Bicycle racing is hard, and it's a lot more competitive than running events and triathlons and other things where finishing is the priority. In bicycle racing, being competitive, and or possibly winning a race is what takes precedence. This is not to say that I line up at every race that I do expecting to win, far from it. I haven't lined up at a race in the last 2 years that I really expected to win, but I thought that I could affect the outcome of some of the races I've been in. Sometimes I'm right, sometimes, well, I'm dropped. 

If you go to a triathlon and or a running event of some sort, there are all walks of life there toeing the start lines of these events. But in reality, at most running and tri events, there are probably what 30-50 people who are really there to COMPETE, and the rest are there to say that they did a triathlon or ran a 10k, or completed a marathon. Most of these folks are going out there to challenge themselves, and maybe meet some personal goal of some sort. For me, racing bikes is about trying to make other folks suffer if I can, and maybe taking home a small amount of cash at the end of the day to pay for gas and entry fees getting to and from the race venue. 

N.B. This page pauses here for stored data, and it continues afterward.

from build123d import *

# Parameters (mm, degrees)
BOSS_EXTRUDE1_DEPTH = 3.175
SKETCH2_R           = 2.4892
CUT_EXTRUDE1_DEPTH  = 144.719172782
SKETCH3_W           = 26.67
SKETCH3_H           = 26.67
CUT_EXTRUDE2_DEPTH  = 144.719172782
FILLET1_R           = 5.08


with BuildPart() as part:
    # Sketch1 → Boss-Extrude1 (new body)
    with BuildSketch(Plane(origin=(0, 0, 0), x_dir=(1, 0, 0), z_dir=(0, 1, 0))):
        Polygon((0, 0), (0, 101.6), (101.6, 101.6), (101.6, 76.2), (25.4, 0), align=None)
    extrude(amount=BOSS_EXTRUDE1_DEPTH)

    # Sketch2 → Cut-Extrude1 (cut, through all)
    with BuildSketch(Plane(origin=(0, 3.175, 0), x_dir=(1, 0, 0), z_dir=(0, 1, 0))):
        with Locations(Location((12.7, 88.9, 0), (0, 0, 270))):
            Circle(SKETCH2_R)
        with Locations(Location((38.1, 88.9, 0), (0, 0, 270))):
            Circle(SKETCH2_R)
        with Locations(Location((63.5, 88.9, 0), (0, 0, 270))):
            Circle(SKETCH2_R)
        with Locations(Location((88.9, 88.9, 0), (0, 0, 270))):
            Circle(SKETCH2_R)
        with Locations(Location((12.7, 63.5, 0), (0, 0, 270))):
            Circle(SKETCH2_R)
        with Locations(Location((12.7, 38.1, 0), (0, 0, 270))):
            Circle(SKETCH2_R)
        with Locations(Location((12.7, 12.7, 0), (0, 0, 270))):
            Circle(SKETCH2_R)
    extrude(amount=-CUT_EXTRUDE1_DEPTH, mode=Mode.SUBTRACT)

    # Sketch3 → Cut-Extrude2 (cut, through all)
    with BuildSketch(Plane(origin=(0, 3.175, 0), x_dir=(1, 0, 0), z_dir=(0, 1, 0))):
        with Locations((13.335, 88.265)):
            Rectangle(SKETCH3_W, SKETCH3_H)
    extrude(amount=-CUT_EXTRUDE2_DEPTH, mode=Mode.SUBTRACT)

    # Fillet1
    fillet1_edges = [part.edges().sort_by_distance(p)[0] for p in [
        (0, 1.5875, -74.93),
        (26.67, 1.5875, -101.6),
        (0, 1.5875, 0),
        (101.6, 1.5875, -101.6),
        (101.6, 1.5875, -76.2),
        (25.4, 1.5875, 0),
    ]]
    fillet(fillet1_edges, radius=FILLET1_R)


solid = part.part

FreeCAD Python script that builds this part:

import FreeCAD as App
import Part
import Sketcher
from FreeCAD import Vector
Q = App.Units.Quantity


def edges_at(feature, points):
    """Names of the edges that pass closest to the given points."""
    edges = feature.Shape.Edges
    near = lambda p: min(range(len(edges)), key=lambda i: edges[i].distToShape(Part.Vertex(*p))[0])
    return sorted({f"Edge{near(p) + 1}" for p in points})


def add_polygon(sketch, points):
    """Adds a closed chain of lines whose ends are joined by coincident constraints."""
    first, n = sketch.GeometryCount, len(points)
    for a, b in zip(points, points[1:] + points[:1]):
        sketch.addGeometry(Part.LineSegment(App.Vector(*a, 0), App.Vector(*b, 0)), False)
    for i in range(n):
        sketch.addConstraint(Sketcher.Constraint("Coincident", first + i, 2, first + (i + 1) % n, 1))

doc = App.newDocument("Part")
body = doc.addObject("PartDesign::Body", "Body")

sketch1 = body.newObject("Sketcher::SketchObject", "Sketch")
sketch1.AttachmentSupport = (doc.getObject("XZ_Plane"), [""])
sketch1.MapMode = "FlatFace"
add_polygon(sketch1, [(0, -101.6), (0, 0), (25.4, 0), (101.6, -76.2), (101.6, -101.6)])
sketch1.addConstraint([
    Sketcher.Constraint("Vertical", 0),
    Sketcher.Constraint("Horizontal", 1),
    Sketcher.Constraint("Vertical", 3),
    Sketcher.Constraint("Horizontal", 4),
    Sketcher.Constraint("Coincident", 0, 2, -1, 1),
    Sketcher.Constraint("Equal", 4, 0),
    Sketcher.Constraint("Equal", 1, 3),
    Sketcher.Constraint("DistanceX", 1, 1, 1, 2, Q("1 in")),
    Sketcher.Constraint("DistanceX", 4, 2, 4, 1, Q("4 in")),
])
pad1 = body.newObject("PartDesign::Pad", "Pad")
pad1.Profile = sketch1
pad1.Length = Q("0.125 in")
pad1.Reversed = True

sketch2 = body.newObject("Sketcher::SketchObject", "Sketch001")
sketch2.AttachmentSupport = (doc.getObject("XZ_Plane"), [""])
sketch2.MapMode = "FlatFace"
sketch2.AttachmentOffset = App.Placement(Vector(0, 0, -0.125 * 25.4), App.Rotation())
sketch2.addGeometry([
    Part.Circle(Vector(12.7, -88.9, 0), Vector(0, 0, 1), 2.4892),
    Part.Circle(Vector(38.1, -88.9, 0), Vector(0, 0, 1), 2.4892),
    Part.Circle(Vector(63.5, -88.9, 0), Vector(0, 0, 1), 2.4892),
    Part.Circle(Vector(88.9, -88.9, 0), Vector(0, 0, 1), 2.4892),
    Part.Circle(Vector(12.7, -63.5, 0), Vector(0, 0, 1), 2.4892),
    Part.Circle(Vector(12.7, -38.1, 0), Vector(0, 0, 1), 2.4892),
    Part.Circle(Vector(12.7, -12.7, 0), Vector(0, 0, 1), 2.4892),
], False)
sketch2.addConstraint([
    Sketcher.Constraint("Equal", 0, 1),
    Sketcher.Constraint("Equal", 1, 2),
    Sketcher.Constraint("Equal", 2, 3),
    Sketcher.Constraint("Equal", 3, 4),
    Sketcher.Constraint("Equal", 4, 5),
    Sketcher.Constraint("Equal", 5, 6),
    Sketcher.Constraint("Horizontal", 0, 3, 1, 3),
    Sketcher.Constraint("Horizontal", 1, 3, 2, 3),
    Sketcher.Constraint("Horizontal", 2, 3, 3, 3),
    Sketcher.Constraint("Vertical", 0, 3, 4, 3),
    Sketcher.Constraint("Vertical", 4, 3, 5, 3),
    Sketcher.Constraint("Vertical", 5, 3, 6, 3),
    Sketcher.Constraint("Diameter", 0, Q("0.196 in")),
    Sketcher.Constraint("DistanceX", 0, 3, 1, 3, Q("1 in")),
    Sketcher.Constraint("DistanceX", 1, 3, 2, 3, Q("1 in")),
    Sketcher.Constraint("DistanceX", 2, 3, 3, 3, Q("1 in")),
    Sketcher.Constraint("DistanceY", 0, 3, 4, 3, Q("1 in")),
    Sketcher.Constraint("DistanceY", 4, 3, 5, 3, Q("1 in")),
    Sketcher.Constraint("DistanceY", 5, 3, 6, 3, Q("1 in")),
    Sketcher.Constraint("DistanceX", -1, 1, 0, 3, Q("0.5 in")),
    Sketcher.Constraint("DistanceY", 0, 3, -1, 1, Q("3.5 in")),
])
pocket1 = body.newObject("PartDesign::Pocket", "Pocket")
pocket1.Profile = sketch2
pocket1.Type = "ThroughAll"
pocket1.Reversed = True

sketch3 = body.newObject("Sketcher::SketchObject", "Sketch002")
sketch3.AttachmentSupport = (doc.getObject("XZ_Plane"), [""])
sketch3.MapMode = "FlatFace"
sketch3.AttachmentOffset = App.Placement(Vector(0, 0, -0.125 * 25.4), App.Rotation())
add_polygon(sketch3, [(0, -101.6), (0, -74.93), (26.67, -74.93), (26.67, -101.6)])
sketch3.addConstraint([
    Sketcher.Constraint("Vertical", 0),
    Sketcher.Constraint("Horizontal", 1),
    Sketcher.Constraint("Vertical", 2),
    Sketcher.Constraint("Horizontal", 3),
    Sketcher.Constraint("PointOnObject", 0, 2, -2),
    Sketcher.Constraint("Equal", 3, 0),
    Sketcher.Constraint("DistanceY", 2, 2, -1, 1, Q("4 in")),
    Sketcher.Constraint("DistanceX", 1, 1, 1, 2, Q("1.05 in")),
])
pocket2 = body.newObject("PartDesign::Pocket", "Pocket001")
pocket2.Profile = sketch3
pocket2.Type = "ThroughAll"
pocket2.Reversed = True
doc.recompute()

fillet = body.newObject("PartDesign::Fillet", "Fillet")
fillet.Base = (pocket2, edges_at(pocket2, [
    (0, 1.587, -74.93),
    (26.67, 1.587, -101.6),
    (0, 1.587, 0),
    (101.6, 1.587, -101.6),
    (101.6, 1.587, -76.2),
    (25.4, 1.587, 0),
]))
fillet.Radius = Q("0.2 in")

doc.recompute()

With bike racing, you have to obtain a certain level of proficiency before you even think about getting into a race. Well, for road racing. And to a lesser extent, mountain biking. Cat. 5, as someone else mentioned, is really not a true beginner class of racing. Lots of guys who race as cat. 5's have probably done some other mountain bike racing, or maybe some triathlons, or have done some serious riding, and just decided to get wrapped up into this bike racing thing. You need some half decent training in your legs before you can be a good cat. 5 racer. It doesn't take a ton, but it does take some. 

So there are barriers, but bike racing is not a hug-fest sport, it's a lot more competitive than that. Most of the time there aren't tons of people waiting around to cheer you on to finish a race, most of the time if you're that far off the back, you should have quit, saved some energy for another race another day. That's why there are less folks in bike racing. I think people are intimidated a lot by the competitiveness of it all.


----------



## Dwayne Barry (Feb 16, 2003)

The "century" ride is the bike "racing" equivalent of the triathlon or running race, or at least it would be if they gave out finishing orders and times (maybe some do, I think I've only done one century back when I first started riding).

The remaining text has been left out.